27-6-2019 04:44:13  #5


Re: Is paying for a restored typewriter worth it?

I own quite a few Hermes 3000's. They are my favorite typewriter from a typing/functionality and quality of machinery perspective. But that's just me. If you have your heart set on this model, you can't go wrong (in my opinion), except you should expect to pay a pretty penny (or wait for the right one to come along).

Unfortunately eBay prices have ruined it for everyone, and even the local machines I have found have been priced through the roof once sellers have seen what they go for on eBay. So if you can find one locally, for a good price, check it out, haggle them down, and get it. If eBay or Etsy are your only choices, be forewarned...most eBay sellers don't know how to ship a typewriter, and it may very well arrive broken unless you give them explicit instructions about how to pack it (assuming they actually read what you wrote - most don't). But to your question, should you buy refurbished or not? What I have found is that there are a lot of typewriter repair guys and refurbishers out there who really don't know what they are doing. I met one last week, in person, nearby, and he was squirting oil willy nilly inside one of the typewriters he was repairing. All four that I bought from him had major issues. Had I known, I would not have bought them. There are people that are refurbishing these machines and putting non-stock feet on them, touching up the paint, etc. I have found these machines to be "looser" than stock machines, and not put back together properly (in most cases). I would never buy one of these. Your best bet is to find one on eBay that has just been listed for $200 or so, that some little old lady stored in her closet for the past 30-40 years. That's how I was able to find mine, and they are all near mint, fully functioning, and I was able to get them for reasonable prices.

 

28-6-2019 07:38:18  #6


Re: Is paying for a restored typewriter worth it?

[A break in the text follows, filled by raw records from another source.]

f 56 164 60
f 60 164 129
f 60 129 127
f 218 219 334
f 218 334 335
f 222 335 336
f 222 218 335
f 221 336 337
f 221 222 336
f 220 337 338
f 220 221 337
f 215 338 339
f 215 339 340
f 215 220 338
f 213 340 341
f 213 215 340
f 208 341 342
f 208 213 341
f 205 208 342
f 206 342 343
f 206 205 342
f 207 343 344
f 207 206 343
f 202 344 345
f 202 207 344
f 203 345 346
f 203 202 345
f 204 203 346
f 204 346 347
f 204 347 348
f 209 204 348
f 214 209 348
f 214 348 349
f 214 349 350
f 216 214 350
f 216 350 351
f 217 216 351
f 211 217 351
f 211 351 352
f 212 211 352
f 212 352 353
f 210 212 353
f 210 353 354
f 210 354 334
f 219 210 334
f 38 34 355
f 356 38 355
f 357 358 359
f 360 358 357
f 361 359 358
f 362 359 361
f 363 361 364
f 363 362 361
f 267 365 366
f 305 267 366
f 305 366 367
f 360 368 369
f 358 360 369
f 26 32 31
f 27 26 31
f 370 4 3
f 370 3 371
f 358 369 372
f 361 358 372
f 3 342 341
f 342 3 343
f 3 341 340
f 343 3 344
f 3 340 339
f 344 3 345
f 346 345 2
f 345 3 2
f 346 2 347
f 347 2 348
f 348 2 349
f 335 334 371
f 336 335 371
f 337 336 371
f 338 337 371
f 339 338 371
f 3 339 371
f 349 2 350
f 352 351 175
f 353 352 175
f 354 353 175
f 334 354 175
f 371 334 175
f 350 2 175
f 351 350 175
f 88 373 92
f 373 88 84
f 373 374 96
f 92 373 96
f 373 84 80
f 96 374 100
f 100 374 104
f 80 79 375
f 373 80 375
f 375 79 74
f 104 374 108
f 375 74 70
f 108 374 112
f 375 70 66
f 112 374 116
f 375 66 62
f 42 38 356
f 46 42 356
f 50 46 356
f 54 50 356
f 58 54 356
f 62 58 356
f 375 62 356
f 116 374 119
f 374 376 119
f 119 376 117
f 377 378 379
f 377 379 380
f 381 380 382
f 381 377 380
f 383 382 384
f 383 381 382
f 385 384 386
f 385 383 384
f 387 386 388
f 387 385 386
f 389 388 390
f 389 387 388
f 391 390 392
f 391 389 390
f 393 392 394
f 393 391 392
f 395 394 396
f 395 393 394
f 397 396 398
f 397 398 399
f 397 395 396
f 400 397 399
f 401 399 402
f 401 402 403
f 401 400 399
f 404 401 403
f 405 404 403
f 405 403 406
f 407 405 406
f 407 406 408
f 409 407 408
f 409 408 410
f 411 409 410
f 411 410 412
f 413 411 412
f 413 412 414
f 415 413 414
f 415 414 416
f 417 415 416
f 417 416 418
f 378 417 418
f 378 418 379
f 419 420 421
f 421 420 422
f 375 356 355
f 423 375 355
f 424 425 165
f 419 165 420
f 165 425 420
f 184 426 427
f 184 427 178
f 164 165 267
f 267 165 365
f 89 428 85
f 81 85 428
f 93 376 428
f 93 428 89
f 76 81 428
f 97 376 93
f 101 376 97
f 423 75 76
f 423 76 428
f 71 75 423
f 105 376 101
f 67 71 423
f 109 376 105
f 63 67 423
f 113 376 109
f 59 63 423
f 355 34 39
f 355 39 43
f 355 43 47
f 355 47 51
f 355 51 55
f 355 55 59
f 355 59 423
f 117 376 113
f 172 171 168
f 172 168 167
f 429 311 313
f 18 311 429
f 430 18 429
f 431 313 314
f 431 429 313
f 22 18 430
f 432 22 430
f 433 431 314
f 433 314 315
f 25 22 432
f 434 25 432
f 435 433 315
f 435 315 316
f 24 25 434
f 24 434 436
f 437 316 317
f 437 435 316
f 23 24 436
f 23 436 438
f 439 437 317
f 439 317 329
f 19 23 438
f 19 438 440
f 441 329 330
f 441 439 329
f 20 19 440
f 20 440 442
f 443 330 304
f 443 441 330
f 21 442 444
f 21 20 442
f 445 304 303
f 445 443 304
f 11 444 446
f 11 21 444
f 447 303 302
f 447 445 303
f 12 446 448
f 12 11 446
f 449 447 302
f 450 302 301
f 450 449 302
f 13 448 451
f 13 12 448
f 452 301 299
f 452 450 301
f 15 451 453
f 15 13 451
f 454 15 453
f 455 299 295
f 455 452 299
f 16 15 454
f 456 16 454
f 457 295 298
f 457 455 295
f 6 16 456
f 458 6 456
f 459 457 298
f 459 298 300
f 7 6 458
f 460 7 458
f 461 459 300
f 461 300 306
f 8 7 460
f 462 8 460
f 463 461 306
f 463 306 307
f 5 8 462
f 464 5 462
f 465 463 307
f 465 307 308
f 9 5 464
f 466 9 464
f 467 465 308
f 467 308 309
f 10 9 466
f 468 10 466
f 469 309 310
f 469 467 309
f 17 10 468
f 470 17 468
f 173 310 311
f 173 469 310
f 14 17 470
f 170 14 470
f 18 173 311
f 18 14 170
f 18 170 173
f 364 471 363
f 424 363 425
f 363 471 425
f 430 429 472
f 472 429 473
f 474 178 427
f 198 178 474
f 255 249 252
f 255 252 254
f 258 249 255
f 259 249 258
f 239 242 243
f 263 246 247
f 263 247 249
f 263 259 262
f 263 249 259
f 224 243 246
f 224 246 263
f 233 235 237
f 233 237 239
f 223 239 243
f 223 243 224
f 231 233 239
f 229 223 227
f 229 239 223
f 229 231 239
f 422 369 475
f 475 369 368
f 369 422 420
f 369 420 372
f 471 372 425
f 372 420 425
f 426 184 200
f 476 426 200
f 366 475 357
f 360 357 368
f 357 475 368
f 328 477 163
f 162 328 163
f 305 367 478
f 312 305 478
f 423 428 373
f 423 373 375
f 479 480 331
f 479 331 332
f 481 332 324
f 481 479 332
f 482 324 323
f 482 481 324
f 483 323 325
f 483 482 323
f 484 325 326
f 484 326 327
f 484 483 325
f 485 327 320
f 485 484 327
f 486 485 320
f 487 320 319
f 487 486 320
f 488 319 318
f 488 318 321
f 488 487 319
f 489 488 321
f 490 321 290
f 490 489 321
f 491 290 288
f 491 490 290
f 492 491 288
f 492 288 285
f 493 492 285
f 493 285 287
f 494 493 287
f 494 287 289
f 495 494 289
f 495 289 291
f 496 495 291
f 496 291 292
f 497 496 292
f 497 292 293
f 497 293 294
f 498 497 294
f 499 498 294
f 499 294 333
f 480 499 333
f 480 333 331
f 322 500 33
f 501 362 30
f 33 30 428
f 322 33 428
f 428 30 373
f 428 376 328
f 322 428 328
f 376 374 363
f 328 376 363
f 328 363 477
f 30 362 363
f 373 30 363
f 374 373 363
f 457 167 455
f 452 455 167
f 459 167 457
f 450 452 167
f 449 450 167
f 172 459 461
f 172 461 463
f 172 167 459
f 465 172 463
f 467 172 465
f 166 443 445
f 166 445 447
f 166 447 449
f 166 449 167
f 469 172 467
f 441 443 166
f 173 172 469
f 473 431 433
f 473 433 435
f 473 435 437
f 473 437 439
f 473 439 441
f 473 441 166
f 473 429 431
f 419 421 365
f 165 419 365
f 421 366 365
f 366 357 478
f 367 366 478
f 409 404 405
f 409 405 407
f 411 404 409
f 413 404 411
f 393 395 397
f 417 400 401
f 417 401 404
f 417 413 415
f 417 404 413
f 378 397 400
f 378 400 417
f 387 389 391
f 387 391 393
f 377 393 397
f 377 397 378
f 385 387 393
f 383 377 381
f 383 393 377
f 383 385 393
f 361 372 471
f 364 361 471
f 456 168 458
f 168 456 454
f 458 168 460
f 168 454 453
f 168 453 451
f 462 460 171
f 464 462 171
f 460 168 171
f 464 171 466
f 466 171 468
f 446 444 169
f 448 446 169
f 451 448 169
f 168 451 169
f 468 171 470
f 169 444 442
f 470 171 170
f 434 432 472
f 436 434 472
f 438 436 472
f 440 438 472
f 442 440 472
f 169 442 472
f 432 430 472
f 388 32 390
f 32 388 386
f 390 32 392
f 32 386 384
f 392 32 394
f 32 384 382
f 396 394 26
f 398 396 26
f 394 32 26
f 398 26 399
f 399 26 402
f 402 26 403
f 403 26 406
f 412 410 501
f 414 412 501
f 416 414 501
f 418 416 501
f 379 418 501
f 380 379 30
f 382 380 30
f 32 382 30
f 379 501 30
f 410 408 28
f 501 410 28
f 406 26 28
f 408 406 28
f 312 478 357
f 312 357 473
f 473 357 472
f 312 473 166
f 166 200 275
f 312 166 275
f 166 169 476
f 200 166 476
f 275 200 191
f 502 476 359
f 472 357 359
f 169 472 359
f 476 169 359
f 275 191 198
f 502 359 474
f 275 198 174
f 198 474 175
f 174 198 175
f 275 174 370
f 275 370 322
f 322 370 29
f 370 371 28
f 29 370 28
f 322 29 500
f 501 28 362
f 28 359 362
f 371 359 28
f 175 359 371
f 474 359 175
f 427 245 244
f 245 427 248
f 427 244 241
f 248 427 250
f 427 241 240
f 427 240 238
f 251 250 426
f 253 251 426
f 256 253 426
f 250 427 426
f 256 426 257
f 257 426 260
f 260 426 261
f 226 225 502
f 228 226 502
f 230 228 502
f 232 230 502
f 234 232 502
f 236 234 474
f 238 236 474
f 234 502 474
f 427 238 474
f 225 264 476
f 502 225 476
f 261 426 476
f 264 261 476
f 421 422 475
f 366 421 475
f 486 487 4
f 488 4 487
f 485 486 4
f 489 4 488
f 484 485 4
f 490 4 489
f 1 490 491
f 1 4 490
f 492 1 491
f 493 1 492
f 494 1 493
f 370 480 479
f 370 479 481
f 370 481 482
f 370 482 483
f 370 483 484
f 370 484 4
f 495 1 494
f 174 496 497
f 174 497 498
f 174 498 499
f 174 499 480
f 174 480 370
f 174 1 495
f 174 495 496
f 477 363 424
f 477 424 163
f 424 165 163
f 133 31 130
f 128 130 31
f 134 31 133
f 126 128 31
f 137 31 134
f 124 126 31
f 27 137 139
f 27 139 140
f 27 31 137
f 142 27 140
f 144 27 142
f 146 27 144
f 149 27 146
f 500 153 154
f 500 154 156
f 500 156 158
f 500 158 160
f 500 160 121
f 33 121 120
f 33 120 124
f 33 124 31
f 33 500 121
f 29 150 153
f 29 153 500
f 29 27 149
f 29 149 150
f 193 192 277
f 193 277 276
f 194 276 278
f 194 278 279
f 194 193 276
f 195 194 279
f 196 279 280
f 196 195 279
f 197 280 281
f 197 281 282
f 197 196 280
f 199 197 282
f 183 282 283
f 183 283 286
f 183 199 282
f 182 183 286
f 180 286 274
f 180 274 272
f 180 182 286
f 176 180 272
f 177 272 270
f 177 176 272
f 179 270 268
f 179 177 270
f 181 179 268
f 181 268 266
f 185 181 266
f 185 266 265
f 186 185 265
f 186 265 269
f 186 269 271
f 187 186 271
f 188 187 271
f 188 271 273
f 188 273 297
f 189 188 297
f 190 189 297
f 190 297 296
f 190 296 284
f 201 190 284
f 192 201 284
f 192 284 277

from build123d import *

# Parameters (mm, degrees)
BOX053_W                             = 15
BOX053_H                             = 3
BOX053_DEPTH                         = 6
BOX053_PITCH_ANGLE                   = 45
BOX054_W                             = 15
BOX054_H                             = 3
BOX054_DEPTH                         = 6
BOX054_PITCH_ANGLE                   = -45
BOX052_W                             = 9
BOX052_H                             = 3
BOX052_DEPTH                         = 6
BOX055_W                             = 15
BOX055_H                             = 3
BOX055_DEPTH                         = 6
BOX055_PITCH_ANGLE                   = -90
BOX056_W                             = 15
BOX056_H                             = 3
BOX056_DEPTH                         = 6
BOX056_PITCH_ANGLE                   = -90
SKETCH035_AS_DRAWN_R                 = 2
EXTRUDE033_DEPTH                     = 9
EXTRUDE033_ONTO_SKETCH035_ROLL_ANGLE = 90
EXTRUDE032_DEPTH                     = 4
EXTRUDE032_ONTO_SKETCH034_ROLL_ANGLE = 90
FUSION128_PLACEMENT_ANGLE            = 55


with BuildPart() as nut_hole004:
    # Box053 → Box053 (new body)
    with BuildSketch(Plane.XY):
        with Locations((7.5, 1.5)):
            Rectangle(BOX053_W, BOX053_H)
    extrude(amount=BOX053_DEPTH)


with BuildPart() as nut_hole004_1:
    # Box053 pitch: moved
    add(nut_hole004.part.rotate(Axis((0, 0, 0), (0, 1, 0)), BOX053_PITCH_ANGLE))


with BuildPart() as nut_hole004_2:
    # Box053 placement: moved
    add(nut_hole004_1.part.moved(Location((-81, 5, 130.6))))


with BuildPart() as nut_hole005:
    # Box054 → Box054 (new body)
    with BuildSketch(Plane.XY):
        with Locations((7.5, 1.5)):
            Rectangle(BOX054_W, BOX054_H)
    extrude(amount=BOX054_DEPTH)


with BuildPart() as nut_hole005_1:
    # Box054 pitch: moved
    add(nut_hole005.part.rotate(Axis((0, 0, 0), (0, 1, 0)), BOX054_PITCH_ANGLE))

I have found it best to buy typewriters that have been taken care of for a reasonable price, either from EBay, Craigslist, or from a garage sale. Buying a refurbished machine is great if you want a particular model and don’t mind paying a premium for it. Personally, I have had the most success finding a gently used machine and cleaning and making the necessary minor repairs myself. I have had nothing but good results from shopping around EBay and making thoughtful purchases there. Often sellers will come down in prices, and I have found that most do know how do pack and ship typewriters and I have never had a typewriter broken in shipment. The key is communication. The same goes for Craigslist. While a lot of people want way too much money for their typewriter on Craigslist, often they will take less and I love being able to test it out before buying.  

Also, if a machine types well, I don’t worry too much about platens and rollers, etc. I will often clean a platen, but if the typewriter accepts and rolls paper well, and the type comes out clear on the page, I don’t worry about the hardness of the platen. Of course, if the machine won’t accept or roll paper well, then new rollers must be installed. 


I’m being followed by a moon shadow.